Confinamento compreendido, não só por nós portugueses, como por quase todo o planeta. É que disto só se ouvira falar nesta grande escalada de sofrimento e mortes, em páginas da história de há mais de 100 anos, e similarmente há mais de 700 anos.
Na comparação com Caxias, Peniche, Tarrafal, esse isolamento de quem nem sequer era assintomático à rebeldia, bastava uma acusação à laia inquisitória, para ser confinado a um espaço de sofrimento. Temos alguns casos na nossa Terra, sobejamente conhecidos.
É por isso que, os 46 anos de democracia que foram celebrados duma forma imperiosamente inédita, não tendo ainda ultrapassado os 48 anos de ditadura, se revestiram dum significado forte, ainda que muitos já tenham nascido em ambiente democrático e não tenham sentido na carne ou no espírito os satânicos vírus salazaristas e de seus verdugos.
A seguir ao ditador, nem Caetano na “Primavera Marcelista” se conseguiu impor, nem as “Conversas em Família” iniciadas em 8 de janeiro de 1969, em 16 episódios, na televisão de um único canal, a preto e branco, tiveram eficácia. Tão só, na altura, o programa poderá ter revolucionado a televisão portuguesa, uma vez que foi com o mesmo que se usou um teleponto pela primeira vez.

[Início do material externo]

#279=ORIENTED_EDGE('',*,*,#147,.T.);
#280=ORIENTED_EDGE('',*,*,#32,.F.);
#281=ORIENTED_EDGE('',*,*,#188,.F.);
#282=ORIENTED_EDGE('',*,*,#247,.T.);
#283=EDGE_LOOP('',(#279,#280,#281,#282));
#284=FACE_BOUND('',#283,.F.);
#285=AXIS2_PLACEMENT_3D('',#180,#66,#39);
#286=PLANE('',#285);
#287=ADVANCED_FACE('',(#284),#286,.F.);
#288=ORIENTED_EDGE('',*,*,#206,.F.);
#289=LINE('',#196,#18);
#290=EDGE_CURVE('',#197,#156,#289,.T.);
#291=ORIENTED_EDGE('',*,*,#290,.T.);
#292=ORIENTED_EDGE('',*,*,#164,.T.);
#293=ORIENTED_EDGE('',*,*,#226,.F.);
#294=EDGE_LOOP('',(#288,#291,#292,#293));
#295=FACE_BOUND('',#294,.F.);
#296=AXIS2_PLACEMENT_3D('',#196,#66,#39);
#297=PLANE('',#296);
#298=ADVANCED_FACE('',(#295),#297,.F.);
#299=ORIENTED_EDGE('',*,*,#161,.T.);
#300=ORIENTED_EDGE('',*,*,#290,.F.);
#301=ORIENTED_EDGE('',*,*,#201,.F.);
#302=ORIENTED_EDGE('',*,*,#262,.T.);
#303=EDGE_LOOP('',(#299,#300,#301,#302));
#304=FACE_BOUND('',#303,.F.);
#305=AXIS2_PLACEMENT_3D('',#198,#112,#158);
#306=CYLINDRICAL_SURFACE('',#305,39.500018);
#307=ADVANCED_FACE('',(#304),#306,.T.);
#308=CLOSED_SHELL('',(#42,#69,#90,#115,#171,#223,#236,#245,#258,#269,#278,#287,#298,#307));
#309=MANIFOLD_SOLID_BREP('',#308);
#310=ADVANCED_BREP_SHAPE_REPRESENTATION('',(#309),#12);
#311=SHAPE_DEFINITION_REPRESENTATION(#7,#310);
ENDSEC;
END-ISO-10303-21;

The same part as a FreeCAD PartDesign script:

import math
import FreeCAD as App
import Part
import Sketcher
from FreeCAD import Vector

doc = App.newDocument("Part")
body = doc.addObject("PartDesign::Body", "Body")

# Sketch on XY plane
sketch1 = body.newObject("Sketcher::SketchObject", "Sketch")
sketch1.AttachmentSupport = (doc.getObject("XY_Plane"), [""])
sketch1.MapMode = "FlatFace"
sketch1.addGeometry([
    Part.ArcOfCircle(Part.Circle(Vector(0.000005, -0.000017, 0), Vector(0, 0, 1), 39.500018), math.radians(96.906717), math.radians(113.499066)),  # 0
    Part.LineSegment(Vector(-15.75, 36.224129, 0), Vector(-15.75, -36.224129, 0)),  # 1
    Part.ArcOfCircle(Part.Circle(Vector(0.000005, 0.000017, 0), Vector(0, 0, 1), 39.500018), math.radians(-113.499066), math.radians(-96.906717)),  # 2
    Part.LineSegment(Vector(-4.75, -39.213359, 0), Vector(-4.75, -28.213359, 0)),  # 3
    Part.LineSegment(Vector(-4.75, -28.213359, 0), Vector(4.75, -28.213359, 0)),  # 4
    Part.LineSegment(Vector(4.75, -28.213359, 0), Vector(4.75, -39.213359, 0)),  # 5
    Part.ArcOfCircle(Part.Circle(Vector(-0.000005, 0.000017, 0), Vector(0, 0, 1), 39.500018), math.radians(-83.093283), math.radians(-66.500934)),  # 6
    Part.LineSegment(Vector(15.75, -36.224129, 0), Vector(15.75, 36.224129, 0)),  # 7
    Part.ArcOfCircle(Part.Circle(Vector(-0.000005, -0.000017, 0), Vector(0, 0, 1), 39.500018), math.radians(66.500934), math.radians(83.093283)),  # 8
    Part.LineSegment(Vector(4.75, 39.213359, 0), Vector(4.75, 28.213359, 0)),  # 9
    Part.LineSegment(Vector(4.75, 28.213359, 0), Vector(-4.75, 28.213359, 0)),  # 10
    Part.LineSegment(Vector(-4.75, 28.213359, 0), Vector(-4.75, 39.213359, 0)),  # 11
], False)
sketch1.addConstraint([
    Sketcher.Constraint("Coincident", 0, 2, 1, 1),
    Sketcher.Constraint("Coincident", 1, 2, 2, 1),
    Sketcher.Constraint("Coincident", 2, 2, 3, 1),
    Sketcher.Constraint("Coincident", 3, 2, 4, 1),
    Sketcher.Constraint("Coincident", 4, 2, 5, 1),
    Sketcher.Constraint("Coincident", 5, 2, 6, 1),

O aparelho, que nem no Telejornal era usado, foi a forma encontrada pela equipa de produção para que as falas e os gestos do primeiro-ministro (então designado presidente do conselho de ministros) parecessem mais naturais.
E não obstante uma abertura cultural antes do 25 de Abril, pela mão do ministro Prof. Veiga Simão, com a extensão do ensino superior no País, os principais homens do pensamento mantinham-se lá longe, fora da Terra-Mãe.
Ainda os receios desta pandemia não se dissiparam, e já outros estão no seu enfiamento:  a crise económica, com o seu cortejo de desempregados, falências e reduções de trabalho, não obstante o hercúleo esforço governamental, é outra pandemia, pois leva ainda a doenças mentais, associadas a reações depressivas, assim como o desemprego de longa duração, em que, ao fim de algum tempo, a pessoa desmoraliza, sente-se inútil. A ociosidade forçada acaba por se refletir negativamente na saúde mental. E, conforme um dia referiu Clara Ferreira Alves, no Expresso: “Através do progresso tresloucado, a sociedade acaba por criar o seu próprio ‘vírus social’ que vai sofrendo mutações em ciclos progressivamente mais rápidos, impedindo que o nosso organismo reaja, aumentando o número de inadaptados; ou seja, os que sofrem de depressão e ansiedade”.
Vamos ter esperança para que tudo possa vir a correr pelo melhor, e que desapareça bem depressa, sem retornar, esta maldita pandemia, naquela ânsia libertadora – voltar ao novo natural, quer dizer, podermos ser mais compreensivos uns com os outros, já que muito aprendemos com este estado mórbido, e continuamos a aprender.